The data validation process revealed discrepancies in how HCH staff defined items that, on the surface, might seem straightforward. Amos said the process improvement team and many providers used different criteria for designating whether a patient should be considered a smoker, and entered into the EHR as such.
“Part of validating is defining,” said Orr. “When Azara would come back to us to say ‘we’ve been counting smoking cessation advice as patient education,’ we had to decide if smoking cessation advice really is a piece of patient education. So, part of that validation process is deciding what you consider to be your data, how do you define it, and then, what you include in that data set.”
With Staff, Mixing Things Up is a Good Thing
Amos credits his team’s varied professional backgrounds and skillsets as a vital part of HCH’s early success with the data validation and DRVS implementation. In addition to her deep experience as an EHR administrator, Orr worked at the HCCN that serves the Baltimore region, granting her experience in working with multiple health centers and problem solving for disparate groups; Gayevsky is credited as an ultra detail-oriented database manager who frets over even miniscule data anomalies. Ward’s background includes a MPH, which Amos said was one of his requirements when filling the clinical analyst post because he wanted someone schooled in rigorous data analytics methods.

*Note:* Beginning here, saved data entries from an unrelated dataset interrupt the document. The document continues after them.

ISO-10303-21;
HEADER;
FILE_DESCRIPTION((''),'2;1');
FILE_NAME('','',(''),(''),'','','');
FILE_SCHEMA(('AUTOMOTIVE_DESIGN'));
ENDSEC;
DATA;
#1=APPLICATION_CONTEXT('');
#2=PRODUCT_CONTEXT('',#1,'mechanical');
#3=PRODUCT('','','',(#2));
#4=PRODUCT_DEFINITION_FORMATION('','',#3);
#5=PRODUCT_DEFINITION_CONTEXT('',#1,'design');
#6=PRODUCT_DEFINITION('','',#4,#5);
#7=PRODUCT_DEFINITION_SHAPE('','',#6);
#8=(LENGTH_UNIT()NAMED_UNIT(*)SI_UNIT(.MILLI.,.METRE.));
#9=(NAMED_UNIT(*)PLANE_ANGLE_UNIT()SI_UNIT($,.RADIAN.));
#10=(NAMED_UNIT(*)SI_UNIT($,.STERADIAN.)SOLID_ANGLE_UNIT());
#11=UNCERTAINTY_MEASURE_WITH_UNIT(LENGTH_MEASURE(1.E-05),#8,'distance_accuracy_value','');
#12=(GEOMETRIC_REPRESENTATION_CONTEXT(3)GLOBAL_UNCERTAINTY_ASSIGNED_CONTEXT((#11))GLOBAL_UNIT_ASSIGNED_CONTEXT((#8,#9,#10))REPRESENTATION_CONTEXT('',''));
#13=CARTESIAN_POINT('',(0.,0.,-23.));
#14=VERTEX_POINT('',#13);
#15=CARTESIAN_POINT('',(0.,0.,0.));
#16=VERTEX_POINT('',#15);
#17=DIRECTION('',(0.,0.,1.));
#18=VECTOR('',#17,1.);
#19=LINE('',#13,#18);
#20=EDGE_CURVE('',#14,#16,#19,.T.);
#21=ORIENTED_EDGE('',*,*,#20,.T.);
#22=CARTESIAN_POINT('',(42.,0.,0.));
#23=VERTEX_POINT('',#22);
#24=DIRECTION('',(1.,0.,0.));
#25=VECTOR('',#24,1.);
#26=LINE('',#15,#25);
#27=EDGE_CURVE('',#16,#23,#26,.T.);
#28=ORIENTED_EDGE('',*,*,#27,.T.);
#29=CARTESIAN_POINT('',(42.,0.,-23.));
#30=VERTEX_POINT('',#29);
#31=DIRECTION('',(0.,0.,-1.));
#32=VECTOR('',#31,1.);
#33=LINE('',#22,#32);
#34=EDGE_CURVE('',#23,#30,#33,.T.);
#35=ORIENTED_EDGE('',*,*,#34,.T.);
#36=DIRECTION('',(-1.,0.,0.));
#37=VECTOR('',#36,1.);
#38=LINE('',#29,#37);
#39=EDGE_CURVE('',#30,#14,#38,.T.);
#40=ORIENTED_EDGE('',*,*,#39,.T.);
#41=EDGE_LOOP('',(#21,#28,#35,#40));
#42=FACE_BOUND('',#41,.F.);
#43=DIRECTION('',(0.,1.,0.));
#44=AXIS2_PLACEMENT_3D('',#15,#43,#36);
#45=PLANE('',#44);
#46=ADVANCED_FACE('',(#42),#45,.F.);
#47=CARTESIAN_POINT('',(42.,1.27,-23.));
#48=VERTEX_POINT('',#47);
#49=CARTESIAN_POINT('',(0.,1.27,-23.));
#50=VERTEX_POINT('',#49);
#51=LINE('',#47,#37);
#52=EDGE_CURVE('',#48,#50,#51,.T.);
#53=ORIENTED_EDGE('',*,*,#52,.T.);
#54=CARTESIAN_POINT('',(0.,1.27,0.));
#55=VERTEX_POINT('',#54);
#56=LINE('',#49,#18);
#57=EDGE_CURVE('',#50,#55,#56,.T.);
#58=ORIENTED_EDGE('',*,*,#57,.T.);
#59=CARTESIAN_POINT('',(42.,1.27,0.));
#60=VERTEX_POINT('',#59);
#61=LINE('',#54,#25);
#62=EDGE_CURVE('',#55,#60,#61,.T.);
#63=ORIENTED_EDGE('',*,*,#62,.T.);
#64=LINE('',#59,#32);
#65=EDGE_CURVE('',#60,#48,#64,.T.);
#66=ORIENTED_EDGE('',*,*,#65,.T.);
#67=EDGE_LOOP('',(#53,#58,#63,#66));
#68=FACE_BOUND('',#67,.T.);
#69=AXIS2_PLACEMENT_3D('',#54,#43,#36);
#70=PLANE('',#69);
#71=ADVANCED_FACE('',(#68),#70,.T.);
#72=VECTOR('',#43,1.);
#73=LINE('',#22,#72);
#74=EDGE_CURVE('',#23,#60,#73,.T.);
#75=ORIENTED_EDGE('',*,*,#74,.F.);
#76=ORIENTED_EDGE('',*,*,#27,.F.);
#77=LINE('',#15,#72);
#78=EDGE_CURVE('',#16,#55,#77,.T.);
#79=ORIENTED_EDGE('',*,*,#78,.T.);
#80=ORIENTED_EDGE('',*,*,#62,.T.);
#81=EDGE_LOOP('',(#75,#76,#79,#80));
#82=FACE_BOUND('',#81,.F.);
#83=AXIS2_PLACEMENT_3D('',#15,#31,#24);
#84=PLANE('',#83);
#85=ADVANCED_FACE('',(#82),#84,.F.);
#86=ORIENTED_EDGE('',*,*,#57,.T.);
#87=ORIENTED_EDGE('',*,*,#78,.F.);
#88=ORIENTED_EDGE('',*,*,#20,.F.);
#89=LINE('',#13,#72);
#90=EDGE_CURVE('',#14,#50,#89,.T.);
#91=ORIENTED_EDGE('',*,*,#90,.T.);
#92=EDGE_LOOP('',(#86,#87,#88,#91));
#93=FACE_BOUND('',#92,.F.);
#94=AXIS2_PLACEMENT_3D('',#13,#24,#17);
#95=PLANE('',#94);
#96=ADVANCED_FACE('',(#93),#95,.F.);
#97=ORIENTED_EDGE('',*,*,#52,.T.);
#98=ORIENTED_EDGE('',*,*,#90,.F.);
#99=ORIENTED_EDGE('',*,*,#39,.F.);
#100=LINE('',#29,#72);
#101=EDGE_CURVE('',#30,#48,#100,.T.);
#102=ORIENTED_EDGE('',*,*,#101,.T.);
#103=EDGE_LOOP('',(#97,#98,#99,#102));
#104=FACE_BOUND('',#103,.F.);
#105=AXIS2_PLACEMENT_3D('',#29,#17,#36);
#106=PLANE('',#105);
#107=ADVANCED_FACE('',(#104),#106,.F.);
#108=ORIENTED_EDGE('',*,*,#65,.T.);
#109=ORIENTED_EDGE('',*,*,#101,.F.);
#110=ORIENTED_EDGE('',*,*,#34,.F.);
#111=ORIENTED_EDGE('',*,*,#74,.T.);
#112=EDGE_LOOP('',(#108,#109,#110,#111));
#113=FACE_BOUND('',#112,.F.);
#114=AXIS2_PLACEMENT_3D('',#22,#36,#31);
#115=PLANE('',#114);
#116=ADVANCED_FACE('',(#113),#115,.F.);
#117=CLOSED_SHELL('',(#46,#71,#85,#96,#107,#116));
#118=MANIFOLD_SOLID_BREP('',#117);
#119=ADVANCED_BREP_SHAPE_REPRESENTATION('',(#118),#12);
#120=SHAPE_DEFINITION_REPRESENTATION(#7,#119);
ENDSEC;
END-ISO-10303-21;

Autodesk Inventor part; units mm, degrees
ref_plane "YZ Plane" through (0, 0, 0) normal (1, 0, 0) x (0, 1, 0)
ref_plane "XZ Plane" through (0, 0, 0) normal (0, 1, 0) x (-1, 0, 0)
ref_plane "XY Plane" through (0, 0, 0) normal (0, 0, 1) x (1, 0, 0)
sketch "Sketch1" plane through (0, 0, 0) normal (0, 1, 0) x (-1, 0, 0)
  line L0 (0, 0) -> (-42, 0)
  line L1 (-42, 0) -> (-42, -23)
  line L2 (-42, -23) -> (0, -23)
  line L3 (0, -23) -> (0, 0)
  dimension "d0" = 42
  dimension "d1" = 23
extrude "Extrusion1" add sketch "Sketch1" along normal blind 1.27
properties part number "Solar Panel"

“Having a multidisciplinary approach before you even bring clinical people to the table is something that other centers can replicate” said Amos, adding that tapping the right resources for the right phase of the project is the key. “We were able to cut our clinical people out of the first five weeks of validation because we didn’t need an MD to tell us, ‘Oh, this person’s race is wrong.’”

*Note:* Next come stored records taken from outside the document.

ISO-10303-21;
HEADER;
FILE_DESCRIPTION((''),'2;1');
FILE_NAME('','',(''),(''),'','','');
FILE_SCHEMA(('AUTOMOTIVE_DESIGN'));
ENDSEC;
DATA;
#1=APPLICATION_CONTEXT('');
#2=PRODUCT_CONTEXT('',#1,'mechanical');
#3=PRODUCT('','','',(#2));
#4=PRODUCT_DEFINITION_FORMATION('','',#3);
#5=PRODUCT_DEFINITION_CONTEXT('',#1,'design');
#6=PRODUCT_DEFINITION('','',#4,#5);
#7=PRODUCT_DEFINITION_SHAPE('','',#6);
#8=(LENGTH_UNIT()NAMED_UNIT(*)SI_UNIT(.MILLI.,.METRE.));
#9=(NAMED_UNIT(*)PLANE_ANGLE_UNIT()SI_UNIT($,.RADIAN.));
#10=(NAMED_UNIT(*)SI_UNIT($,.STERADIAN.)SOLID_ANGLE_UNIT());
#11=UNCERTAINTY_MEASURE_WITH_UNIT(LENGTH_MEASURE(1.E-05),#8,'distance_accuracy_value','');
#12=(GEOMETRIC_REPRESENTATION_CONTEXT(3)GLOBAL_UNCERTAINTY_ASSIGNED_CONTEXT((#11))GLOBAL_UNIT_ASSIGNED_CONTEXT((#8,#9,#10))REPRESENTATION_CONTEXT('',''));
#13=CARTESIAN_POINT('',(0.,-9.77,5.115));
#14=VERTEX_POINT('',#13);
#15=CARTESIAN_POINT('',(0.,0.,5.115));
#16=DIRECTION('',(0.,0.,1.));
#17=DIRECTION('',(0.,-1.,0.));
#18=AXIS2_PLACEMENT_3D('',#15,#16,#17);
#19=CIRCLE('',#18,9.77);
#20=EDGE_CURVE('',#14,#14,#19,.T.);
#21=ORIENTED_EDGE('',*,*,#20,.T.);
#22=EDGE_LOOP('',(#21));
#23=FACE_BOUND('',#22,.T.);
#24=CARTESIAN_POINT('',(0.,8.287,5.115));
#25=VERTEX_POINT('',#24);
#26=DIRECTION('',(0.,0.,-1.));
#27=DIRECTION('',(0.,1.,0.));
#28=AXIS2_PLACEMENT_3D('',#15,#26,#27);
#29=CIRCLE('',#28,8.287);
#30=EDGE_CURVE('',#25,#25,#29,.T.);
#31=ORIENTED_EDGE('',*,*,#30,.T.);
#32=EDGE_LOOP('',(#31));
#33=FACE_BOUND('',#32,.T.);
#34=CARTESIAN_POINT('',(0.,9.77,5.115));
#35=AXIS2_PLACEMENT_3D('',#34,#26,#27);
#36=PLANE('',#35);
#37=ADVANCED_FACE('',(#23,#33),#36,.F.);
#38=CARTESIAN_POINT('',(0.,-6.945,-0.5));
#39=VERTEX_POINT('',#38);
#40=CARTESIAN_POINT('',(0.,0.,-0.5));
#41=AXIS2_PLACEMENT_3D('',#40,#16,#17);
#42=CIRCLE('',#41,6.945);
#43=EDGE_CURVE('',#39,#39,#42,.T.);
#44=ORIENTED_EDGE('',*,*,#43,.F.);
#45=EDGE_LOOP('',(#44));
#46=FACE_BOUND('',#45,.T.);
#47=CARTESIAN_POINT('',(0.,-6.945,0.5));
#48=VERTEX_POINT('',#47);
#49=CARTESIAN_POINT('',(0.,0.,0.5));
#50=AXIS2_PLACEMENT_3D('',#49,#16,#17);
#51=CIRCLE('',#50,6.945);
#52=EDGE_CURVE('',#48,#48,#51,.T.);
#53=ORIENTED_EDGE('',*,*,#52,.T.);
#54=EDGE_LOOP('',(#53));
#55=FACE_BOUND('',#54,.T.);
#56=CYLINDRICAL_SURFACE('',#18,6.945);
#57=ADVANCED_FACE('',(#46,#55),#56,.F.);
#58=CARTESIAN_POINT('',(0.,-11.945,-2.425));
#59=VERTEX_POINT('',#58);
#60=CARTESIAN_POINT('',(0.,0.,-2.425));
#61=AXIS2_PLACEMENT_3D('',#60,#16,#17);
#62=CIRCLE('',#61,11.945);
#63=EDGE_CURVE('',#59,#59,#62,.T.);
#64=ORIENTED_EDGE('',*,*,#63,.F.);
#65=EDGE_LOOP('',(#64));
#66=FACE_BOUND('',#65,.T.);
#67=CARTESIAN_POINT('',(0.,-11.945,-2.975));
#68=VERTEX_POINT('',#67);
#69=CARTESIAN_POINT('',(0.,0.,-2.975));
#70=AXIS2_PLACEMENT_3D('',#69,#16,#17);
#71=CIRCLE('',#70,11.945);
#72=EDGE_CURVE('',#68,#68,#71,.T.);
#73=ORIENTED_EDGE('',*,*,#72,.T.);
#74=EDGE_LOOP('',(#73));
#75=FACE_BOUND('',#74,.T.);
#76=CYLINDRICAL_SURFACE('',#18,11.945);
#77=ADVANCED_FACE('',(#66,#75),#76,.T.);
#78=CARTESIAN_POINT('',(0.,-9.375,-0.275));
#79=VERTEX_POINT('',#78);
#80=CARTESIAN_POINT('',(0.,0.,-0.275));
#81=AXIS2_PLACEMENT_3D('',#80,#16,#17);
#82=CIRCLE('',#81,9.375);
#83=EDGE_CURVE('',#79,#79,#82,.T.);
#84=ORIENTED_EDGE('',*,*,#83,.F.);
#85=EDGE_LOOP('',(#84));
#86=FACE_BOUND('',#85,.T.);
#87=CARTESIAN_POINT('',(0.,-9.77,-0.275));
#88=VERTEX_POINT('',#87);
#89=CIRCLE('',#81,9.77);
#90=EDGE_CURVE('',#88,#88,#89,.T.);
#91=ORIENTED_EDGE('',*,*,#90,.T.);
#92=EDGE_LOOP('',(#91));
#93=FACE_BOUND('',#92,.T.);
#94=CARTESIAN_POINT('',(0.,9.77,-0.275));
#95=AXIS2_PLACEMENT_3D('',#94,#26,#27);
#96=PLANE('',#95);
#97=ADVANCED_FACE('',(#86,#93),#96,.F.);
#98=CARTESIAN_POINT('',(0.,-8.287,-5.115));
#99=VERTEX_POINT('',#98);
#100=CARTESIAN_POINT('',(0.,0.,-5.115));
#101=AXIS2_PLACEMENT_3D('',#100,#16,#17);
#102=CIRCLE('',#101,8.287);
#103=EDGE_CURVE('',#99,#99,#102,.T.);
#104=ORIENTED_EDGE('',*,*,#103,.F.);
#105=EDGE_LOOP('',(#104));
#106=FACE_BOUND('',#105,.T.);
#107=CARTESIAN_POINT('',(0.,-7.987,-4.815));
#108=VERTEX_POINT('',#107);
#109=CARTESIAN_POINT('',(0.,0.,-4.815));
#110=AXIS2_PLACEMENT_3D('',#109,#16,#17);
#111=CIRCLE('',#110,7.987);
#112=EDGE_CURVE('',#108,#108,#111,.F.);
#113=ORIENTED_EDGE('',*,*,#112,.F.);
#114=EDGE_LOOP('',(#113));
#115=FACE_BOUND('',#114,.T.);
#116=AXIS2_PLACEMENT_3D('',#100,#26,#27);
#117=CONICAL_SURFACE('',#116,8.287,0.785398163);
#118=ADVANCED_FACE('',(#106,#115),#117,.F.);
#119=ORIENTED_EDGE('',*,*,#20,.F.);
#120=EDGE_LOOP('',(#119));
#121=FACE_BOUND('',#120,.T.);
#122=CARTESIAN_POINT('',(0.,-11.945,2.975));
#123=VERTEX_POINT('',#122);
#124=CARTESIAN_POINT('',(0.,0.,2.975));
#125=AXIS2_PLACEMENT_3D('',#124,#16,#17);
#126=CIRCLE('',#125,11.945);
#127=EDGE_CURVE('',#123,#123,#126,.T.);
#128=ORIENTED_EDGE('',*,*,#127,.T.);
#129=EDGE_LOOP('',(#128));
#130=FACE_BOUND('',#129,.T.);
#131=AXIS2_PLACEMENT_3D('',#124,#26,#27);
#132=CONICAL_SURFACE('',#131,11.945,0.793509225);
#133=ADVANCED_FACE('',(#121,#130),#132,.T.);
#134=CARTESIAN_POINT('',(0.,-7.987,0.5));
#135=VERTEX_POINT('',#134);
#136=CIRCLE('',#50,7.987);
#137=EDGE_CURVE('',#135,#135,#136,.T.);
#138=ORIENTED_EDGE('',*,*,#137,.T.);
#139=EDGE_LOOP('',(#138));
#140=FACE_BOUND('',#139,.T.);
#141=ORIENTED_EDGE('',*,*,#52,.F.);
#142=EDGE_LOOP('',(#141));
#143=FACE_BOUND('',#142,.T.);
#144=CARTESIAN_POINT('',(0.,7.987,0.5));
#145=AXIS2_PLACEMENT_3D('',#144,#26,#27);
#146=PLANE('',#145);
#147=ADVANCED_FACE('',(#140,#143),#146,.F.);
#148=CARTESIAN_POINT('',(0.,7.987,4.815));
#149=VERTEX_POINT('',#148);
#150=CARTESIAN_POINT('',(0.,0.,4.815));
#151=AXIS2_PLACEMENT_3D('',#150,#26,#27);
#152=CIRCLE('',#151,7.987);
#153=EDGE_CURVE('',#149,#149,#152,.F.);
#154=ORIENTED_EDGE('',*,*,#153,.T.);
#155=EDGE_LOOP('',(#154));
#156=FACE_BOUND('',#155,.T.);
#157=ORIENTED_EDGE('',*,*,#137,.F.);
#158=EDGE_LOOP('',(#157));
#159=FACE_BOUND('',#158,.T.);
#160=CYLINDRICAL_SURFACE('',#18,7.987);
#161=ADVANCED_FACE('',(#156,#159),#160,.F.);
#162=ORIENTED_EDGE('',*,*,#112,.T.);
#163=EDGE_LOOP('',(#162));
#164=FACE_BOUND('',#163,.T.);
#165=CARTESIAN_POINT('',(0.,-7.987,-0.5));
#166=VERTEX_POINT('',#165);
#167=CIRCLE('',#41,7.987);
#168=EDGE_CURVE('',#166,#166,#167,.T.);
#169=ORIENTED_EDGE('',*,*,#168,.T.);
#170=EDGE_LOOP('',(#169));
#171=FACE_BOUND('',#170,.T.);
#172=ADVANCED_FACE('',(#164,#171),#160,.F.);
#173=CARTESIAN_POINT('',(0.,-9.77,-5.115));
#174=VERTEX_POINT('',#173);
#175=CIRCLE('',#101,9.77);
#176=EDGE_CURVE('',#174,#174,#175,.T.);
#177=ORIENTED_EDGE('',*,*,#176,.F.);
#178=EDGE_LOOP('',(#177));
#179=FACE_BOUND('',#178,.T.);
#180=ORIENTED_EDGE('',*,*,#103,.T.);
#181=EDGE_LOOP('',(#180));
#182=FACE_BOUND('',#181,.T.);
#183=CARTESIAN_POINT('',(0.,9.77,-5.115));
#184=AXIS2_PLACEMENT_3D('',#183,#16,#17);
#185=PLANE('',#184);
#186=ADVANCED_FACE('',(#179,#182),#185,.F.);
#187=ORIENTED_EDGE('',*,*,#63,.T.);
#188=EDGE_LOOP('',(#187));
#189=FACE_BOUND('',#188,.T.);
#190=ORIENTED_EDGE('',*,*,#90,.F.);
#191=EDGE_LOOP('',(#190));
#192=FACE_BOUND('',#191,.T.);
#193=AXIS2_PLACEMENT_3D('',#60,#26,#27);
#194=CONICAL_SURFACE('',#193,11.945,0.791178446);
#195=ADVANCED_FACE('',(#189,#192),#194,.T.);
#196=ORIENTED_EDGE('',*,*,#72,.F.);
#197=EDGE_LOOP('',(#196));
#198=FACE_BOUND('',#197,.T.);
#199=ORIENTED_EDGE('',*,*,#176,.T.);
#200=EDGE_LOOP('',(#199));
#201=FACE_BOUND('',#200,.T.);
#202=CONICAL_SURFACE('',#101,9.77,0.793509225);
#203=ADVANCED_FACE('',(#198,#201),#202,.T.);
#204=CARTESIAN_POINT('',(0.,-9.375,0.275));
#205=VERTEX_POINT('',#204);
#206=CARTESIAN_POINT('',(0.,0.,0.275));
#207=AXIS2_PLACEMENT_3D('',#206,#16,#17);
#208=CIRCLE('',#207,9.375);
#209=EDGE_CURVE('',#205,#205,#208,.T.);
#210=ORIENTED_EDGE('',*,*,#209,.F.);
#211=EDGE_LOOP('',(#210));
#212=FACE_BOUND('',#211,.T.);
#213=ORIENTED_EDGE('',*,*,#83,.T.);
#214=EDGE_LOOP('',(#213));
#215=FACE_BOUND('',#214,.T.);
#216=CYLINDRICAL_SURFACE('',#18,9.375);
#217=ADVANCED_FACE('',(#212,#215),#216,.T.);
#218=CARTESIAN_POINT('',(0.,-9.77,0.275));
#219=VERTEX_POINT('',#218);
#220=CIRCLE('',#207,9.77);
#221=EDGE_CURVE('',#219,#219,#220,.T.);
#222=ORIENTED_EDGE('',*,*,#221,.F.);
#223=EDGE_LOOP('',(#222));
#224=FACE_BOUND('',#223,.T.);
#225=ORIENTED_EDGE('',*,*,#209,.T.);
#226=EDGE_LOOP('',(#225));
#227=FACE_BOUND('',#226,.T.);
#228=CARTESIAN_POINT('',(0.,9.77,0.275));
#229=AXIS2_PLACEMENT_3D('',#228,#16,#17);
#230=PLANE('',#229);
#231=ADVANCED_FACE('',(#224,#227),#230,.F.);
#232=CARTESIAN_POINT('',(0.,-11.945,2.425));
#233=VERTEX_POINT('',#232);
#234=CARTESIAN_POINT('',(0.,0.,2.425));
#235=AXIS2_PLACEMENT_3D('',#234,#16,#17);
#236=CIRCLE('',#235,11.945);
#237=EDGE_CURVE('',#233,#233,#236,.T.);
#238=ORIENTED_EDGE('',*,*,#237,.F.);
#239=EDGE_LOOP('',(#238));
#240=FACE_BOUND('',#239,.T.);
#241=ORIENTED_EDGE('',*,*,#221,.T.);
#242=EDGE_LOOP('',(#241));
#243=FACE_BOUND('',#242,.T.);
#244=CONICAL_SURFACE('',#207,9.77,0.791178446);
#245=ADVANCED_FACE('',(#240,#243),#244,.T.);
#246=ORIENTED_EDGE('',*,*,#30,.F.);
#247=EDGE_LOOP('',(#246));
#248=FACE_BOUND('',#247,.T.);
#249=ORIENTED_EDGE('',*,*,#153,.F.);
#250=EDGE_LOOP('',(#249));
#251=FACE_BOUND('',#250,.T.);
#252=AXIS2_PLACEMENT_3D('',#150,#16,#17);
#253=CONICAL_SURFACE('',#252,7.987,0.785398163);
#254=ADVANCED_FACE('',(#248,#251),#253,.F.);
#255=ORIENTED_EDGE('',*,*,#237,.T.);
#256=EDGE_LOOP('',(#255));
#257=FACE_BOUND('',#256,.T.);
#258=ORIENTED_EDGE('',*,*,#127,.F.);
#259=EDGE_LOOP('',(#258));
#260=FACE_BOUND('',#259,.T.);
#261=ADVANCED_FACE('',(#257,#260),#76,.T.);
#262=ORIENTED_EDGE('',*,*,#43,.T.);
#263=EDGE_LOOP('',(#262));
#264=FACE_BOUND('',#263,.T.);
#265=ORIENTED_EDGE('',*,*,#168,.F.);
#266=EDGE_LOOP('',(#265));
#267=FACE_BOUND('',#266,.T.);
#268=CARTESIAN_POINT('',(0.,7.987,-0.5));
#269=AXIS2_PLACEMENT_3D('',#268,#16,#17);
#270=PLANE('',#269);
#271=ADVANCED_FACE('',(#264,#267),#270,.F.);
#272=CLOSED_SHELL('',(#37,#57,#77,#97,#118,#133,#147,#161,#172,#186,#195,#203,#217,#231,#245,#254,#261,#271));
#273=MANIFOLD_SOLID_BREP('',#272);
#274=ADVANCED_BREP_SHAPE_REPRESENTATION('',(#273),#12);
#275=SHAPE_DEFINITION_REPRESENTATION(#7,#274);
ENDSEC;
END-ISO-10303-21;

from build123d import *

# Parameters (mm, degrees)
CHAMFER1_SIZE = 0.3


with BuildPart() as part:
    # Sketch1 → Revolve1 (revolve)
    with BuildSketch(Plane(origin=(0, 0, 0), x_dir=(0, 0, -1), z_dir=(1, 0, 0))):
        Polygon((-2.975, 11.945), (-2.425, 11.945), (-0.275, 9.77), (-0.275, 9.375), (0.275, 9.375), (0.275, 9.77), (2.425, 11.945), (2.975, 11.945), (5.115, 9.77), (5.115, 7.987), (0.5, 7.987), (0.5, 6.945), (-0.5, 6.945), (-0.5, 7.987), (-5.115, 7.987), (-5.115, 9.77), align=None)
    revolve(axis=Axis((0, 0, 5.115), (0, 0, -1)))

    # Chamfer1
    chamfer1_edges = [part.edges().sort_by_distance(p)[0] for p in [
        (0, -7.987, -5.115),
        (0, -7.987, 5.115),
    ]]
    chamfer(chamfer1_edges, length=CHAMFER1_SIZE)


solid = part.part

Removing the clinicians from the early phases demonstrated respect for their time and allowed Amos’ team to maximize their buy-in when they were really needed in the validation process.
The DRVS implementation has presented HCH with numerous opportunities for growth and exposed weak points within the center’s data infrastructure. The investment in time and resources dedicated to the validation process has helped to set the center on a path toward making its data truly actionable. The process hasn’t been without mistakes, but discovering issues hasn’t deterred the center’s validation effort.
When the implementation was over, Gayevsky, the detail-oriented database manager, hugged Lori Lynes, HCH’s DRVS implementation specialist. She thanked Lori for helping give her a tool that will save her so much time. She saw that the reporting platform would allow her to focus on the other demands of her role, while using the reports to help keep the data in sync with evolving workflows. Azara views HCH’s approach as a good, replicable model for maximizing the use of a reporting and analytics platform.
“We are very pleased to have collaborated with Health Care for the Homeless on their data validation process,” said Budd. “Chuck, his team, and the rest of the center put in a lot of extra effort to ensure their data is as accurate as possible. We are confident their commitment to validation will allow them to use DRVS to its full potential and improve their care delivery and efficiency.”
Even more importantly, HCH is happy with the quality of its data now, having made the upfront investment in validation, and can confidently present the data to the rest of the clinical staff. HCH also benefited from Azara’s flexibility during the implementation and validation process.
“They were accommodating of us changing our minds about how to handle visits, about how to handle providers, “said Ward. “Azara understands that this is a process that is going to take a while.”